Speaking of seafood, let say I want to go to Arboretum Seafood Extravaganza on Thursday, this Entertainer is so confusing here. There are three vouchers stating buffet with approx. saving AED 295. However according to Arboretum Madinat website it seems that Entertainer vouchers are accepted for lunch and saturday "carvery" only, while theme nights (including seafood) are excluded... In such case I am not sure how did Entertainer came up with AED 295 saving if the most expensive dinner buffet is excluded.


----------



## Made in Sheffield (Mar 12, 2014)

Malbec said:


> I am glad you are enjoying it, I am definitely after the era of the loyalty programs and discounts after spending few years in Singapore which in my opinion is one big loyalty program, where every single even small tea shop you wouldn't suspect has the loyalty card for rewards / discounts.
> 
> While I still do enjoy the discounts and will probably buy the entertainer book sooner or later, I am just saying that it forces certain spending behaviours where two person HAVE TO order a main course, otherwise no discount at all. Or when two persons ARE REQUIRED to dine to avail 1 for 1 buffet. Frankly speaking I would prefer a simple 25% off total bill instead of playing cat and mouse whether it is a buffet, lunch, friday or saturday brunch offer and whether it is eligible or not.
> 
> Speaking of seafood, let say I want to go to Arboretum Seafood Extravaganza on Thursday, this Entertainer is so confusing here. There are three vouchers stating buffet with approx. saving AED 295. However according to Arboretum Madinat website it seems that Entertainer vouchers are accepted for lunch and saturday "carvery" only, while theme nights (including seafood) are excluded... In such case I am not sure how did Entertainer came up with AED 295 saving if the most expensive dinner buffet is excluded.

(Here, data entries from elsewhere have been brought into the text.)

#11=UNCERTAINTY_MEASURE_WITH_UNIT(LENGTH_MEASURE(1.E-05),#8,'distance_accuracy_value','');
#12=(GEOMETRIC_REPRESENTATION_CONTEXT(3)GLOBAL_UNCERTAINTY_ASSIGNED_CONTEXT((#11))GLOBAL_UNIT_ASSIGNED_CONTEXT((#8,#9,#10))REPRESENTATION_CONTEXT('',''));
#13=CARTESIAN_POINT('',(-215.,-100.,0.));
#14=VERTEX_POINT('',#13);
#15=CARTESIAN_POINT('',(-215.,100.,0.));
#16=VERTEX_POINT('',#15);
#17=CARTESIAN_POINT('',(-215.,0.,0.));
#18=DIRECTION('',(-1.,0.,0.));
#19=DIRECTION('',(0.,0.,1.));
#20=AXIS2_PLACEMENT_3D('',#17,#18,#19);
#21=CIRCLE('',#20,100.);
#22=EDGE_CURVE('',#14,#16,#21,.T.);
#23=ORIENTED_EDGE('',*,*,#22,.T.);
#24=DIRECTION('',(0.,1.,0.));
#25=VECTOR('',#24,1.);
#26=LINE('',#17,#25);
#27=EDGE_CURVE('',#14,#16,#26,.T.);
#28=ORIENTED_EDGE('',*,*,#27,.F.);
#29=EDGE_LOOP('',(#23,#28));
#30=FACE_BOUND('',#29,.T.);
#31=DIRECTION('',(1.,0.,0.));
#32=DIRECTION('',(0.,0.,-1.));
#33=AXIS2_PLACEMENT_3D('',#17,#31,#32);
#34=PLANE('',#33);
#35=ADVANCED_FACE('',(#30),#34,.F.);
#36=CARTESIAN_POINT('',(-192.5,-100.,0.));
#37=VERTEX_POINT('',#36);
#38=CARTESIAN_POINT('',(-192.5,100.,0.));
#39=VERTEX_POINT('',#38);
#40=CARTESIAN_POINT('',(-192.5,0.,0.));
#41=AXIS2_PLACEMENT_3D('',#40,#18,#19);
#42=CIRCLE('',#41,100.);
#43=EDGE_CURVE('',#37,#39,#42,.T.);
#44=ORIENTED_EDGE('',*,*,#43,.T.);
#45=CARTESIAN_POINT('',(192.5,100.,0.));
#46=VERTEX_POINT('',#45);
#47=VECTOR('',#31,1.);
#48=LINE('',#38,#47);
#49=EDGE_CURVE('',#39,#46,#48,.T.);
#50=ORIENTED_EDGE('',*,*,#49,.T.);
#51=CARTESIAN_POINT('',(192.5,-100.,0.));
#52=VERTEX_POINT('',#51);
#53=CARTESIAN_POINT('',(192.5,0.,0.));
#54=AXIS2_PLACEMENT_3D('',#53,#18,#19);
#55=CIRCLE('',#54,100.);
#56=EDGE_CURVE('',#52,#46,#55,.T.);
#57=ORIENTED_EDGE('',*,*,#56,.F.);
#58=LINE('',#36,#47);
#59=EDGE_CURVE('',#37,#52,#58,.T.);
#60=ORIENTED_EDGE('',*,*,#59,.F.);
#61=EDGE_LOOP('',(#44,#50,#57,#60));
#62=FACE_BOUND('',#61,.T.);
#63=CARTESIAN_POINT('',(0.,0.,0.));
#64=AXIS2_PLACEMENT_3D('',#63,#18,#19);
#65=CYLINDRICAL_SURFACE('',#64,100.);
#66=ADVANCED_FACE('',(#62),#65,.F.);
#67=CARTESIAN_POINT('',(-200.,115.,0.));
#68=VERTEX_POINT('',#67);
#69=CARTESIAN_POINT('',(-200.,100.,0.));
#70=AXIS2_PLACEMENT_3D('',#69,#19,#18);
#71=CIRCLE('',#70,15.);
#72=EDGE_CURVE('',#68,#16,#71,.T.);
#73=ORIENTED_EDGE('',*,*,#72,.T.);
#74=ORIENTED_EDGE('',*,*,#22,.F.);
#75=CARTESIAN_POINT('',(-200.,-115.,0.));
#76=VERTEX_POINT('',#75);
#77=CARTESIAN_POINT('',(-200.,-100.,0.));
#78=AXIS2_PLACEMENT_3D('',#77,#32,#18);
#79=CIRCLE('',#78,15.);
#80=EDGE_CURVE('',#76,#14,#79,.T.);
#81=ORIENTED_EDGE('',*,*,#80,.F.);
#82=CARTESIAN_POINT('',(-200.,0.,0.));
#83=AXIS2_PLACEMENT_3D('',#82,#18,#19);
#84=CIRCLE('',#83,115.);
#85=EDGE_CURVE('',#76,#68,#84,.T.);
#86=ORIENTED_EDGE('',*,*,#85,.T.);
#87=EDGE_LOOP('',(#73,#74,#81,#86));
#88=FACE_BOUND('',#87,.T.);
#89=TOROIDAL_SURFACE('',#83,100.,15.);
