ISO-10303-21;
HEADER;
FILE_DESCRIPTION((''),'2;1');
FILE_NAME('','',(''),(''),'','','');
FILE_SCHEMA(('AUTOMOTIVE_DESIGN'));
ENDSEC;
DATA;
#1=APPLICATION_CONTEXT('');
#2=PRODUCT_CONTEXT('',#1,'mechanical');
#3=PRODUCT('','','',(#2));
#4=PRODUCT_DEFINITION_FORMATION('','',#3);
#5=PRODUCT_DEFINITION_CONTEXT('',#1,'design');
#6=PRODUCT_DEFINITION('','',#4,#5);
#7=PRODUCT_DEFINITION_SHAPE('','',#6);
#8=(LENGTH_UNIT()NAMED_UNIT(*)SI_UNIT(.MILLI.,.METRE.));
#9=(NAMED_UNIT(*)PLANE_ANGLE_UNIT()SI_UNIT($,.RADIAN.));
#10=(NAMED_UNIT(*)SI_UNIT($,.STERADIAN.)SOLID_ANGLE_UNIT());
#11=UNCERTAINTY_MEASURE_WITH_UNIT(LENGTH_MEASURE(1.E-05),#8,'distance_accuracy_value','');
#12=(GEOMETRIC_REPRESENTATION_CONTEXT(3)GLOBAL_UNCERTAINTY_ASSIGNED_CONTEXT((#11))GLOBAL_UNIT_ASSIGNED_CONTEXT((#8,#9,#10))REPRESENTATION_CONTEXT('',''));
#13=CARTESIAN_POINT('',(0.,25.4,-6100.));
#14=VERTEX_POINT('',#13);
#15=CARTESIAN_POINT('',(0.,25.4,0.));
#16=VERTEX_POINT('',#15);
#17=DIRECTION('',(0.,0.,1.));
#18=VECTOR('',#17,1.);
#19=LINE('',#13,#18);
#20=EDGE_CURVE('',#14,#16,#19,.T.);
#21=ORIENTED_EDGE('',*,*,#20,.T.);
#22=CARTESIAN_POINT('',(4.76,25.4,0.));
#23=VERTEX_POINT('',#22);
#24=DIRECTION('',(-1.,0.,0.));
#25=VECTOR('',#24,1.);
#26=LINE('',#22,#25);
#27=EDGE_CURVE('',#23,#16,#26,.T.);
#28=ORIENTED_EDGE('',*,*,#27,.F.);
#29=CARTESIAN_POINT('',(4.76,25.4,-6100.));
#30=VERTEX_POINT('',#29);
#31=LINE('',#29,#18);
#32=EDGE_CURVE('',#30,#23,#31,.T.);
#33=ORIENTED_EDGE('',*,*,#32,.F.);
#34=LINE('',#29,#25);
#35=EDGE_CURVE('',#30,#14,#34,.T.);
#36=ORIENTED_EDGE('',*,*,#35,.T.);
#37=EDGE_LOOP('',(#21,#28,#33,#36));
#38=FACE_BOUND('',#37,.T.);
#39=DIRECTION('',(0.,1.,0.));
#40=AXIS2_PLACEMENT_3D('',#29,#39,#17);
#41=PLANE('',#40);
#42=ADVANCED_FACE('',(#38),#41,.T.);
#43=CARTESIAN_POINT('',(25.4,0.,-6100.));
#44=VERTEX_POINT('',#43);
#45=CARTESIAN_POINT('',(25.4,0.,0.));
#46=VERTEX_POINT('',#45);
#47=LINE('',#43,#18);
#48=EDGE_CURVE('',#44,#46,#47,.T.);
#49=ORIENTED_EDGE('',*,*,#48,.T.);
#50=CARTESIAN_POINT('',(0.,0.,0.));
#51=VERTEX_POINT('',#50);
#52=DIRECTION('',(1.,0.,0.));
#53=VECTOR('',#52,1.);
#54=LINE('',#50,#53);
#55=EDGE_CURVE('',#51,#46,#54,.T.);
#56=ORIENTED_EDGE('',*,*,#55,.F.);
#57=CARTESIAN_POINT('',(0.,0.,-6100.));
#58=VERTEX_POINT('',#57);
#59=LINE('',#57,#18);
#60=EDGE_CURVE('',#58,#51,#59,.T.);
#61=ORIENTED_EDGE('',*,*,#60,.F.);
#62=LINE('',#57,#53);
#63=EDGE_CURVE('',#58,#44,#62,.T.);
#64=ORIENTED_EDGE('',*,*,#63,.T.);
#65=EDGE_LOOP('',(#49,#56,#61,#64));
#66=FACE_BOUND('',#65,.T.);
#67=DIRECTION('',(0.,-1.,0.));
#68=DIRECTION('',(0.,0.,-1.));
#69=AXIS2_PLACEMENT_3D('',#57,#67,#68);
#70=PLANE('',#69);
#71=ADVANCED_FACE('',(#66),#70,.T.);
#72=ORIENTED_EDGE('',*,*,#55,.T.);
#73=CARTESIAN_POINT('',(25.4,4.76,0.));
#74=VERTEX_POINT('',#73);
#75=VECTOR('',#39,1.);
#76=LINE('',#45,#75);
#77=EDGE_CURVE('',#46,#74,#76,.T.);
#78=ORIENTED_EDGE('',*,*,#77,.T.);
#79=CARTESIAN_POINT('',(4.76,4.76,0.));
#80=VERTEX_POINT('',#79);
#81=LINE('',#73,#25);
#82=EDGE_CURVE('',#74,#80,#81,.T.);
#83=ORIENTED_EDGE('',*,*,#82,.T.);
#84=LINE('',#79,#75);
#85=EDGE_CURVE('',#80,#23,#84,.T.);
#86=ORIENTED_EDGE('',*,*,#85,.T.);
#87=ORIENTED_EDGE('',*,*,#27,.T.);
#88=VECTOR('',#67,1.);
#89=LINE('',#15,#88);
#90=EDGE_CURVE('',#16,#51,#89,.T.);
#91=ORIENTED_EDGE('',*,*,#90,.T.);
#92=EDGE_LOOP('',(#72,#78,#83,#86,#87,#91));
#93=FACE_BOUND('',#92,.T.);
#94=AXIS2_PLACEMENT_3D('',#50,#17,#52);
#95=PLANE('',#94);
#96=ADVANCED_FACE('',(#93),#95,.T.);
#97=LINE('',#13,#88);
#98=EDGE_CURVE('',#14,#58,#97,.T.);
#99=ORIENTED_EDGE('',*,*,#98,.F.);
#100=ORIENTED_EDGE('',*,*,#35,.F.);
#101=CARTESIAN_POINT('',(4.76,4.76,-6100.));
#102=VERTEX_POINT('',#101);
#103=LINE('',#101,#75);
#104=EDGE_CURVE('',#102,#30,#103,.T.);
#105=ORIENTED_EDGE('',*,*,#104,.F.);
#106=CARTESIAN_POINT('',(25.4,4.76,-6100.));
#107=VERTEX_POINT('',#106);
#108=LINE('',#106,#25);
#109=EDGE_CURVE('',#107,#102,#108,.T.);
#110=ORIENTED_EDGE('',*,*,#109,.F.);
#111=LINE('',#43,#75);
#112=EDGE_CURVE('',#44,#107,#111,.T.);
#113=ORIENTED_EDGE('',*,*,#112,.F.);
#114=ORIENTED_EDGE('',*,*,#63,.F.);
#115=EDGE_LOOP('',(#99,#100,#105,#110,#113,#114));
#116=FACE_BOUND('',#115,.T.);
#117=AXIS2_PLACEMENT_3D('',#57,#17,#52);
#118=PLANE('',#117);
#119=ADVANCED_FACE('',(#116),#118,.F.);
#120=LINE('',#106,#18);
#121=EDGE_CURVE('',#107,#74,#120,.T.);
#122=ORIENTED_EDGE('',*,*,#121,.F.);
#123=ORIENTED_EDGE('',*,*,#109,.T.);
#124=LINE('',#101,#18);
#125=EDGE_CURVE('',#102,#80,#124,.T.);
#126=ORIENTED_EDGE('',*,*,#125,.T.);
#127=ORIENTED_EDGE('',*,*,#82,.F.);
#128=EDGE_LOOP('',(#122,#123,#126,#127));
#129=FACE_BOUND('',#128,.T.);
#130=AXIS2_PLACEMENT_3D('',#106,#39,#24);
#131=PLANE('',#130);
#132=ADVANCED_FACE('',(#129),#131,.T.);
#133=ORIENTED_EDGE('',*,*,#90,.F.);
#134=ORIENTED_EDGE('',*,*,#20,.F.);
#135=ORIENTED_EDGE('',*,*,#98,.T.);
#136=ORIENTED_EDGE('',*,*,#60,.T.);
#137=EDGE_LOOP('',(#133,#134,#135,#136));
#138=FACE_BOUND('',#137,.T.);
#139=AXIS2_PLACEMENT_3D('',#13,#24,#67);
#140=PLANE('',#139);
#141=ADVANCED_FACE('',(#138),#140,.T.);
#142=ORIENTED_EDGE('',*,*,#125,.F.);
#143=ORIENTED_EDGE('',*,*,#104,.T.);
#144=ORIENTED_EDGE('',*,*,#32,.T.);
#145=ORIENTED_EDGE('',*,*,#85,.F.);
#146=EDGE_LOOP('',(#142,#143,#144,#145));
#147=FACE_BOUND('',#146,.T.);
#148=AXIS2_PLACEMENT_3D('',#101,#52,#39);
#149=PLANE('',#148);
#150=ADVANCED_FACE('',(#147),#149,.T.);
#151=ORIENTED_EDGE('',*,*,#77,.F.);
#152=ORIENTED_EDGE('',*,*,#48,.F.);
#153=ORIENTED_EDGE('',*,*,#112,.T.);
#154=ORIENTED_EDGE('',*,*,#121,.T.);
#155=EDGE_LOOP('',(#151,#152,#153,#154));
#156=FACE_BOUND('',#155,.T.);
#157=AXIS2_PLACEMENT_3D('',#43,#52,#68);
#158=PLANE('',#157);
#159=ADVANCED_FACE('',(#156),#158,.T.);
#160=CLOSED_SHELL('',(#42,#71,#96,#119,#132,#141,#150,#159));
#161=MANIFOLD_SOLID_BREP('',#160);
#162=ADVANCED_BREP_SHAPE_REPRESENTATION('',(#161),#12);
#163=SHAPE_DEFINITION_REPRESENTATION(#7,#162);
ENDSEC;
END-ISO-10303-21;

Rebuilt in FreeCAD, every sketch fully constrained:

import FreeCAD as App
import Part
import Sketcher

V = App.Vector
Q = App.Units.Quantity


def add_polygon(sketch, points):
    """Adds a closed chain of lines whose ends are joined by coincident constraints."""
    first, n = sketch.GeometryCount, len(points)
    for a, b in zip(points, points[1:] + points[:1]):
        sketch.addGeometry(Part.LineSegment(App.Vector(*a, 0), App.Vector(*b, 0)), False)
    for i in range(n):
        sketch.addConstraint(Sketcher.Constraint("Coincident", first + i, 2, first + (i + 1) % n, 1))

doc = App.newDocument("Part")
body = doc.addObject("PartDesign::Body", "Body")

sketch1 = doc.addObject("Sketcher::SketchObject", "Sketch")
body.addObject(sketch1)
sketch1.AttachmentSupport = (doc.XY_Plane, [""])
sketch1.MapMode = "FlatFace"
add_polygon(sketch1, [(0, 25.4), (0, 0), (25.4, 0), (25.4, 4.8), (4.8, 4.8), (4.8, 25.4)])
sketch1.addConstraint([
    Sketcher.Constraint("Vertical", 0),
    Sketcher.Constraint("Horizontal", 1),
    Sketcher.Constraint("Vertical", 2),
    Sketcher.Constraint("Horizontal", 3),
    Sketcher.Constraint("Vertical", 4),
    Sketcher.Constraint("Horizontal", 5),
    Sketcher.Constraint("Coincident", 0, 2, -1, 1),
    Sketcher.Constraint("Equal", 1, 0),
    Sketcher.Constraint("Equal", 5, 2),
    Sketcher.Constraint("DistanceX", 1, 1, 1, 2, Q("25.4 mm")),
    Sketcher.Constraint("DistanceX", 3, 2, 3, 1, Q("20.64 mm")),
])
pad1 = doc.addObject("PartDesign::Pad", "Pad")
body.addObject(pad1)
pad1.Profile = sketch1
pad1.Length = 6100
pad1.Reversed = True

doc.recompute()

We used to love going to Al Hambra when you could buy 4 tapas get 4 free with 1 voucher. They've now changed the rules so they're valid for main meals only. 

The whole experience of going to a Spanish restaurant, I feel, is to share lots of small dishes. 

It's annoying when they change the conditions. Won't be going there again.

*Having a full on spoilt expat paddy*


----------



## Fat Bhoy Tim (Feb 28, 2013)

Malbec said:


> I am glad you are enjoying it, I am definitely after the era of the loyalty programs and discounts after spending few years in Singapore which in my opinion is one big loyalty program, where every single even small tea shop you wouldn't suspect has the loyalty card for rewards / discounts.
> 
> While I still do enjoy the discounts and will probably buy the entertainer book sooner or later, I am just saying that it forces certain spending behaviours where two person HAVE TO order a main course, otherwise no discount at all. Or when two persons ARE REQUIRED to dine to avail 1 for 1 buffet. Frankly speaking I would prefer a simple 25% off total bill instead of playing cat and mouse whether it is a buffet, lunch, friday or saturday brunch offer and whether it is eligible or not.
> 
> Speaking of seafood, let say I want to go to Arboretum Seafood Extravaganza on Thursday, this Entertainer is so confusing here. There are three vouchers stating buffet with approx. saving AED 295. However according to Arboretum Madinat website it seems that Entertainer vouchers are accepted for lunch and saturday "carvery" only, while theme nights (including seafood) are excluded... In such case I am not sure how did Entertainer came up with AED 295 saving if the most expensive dinner buffet is excluded.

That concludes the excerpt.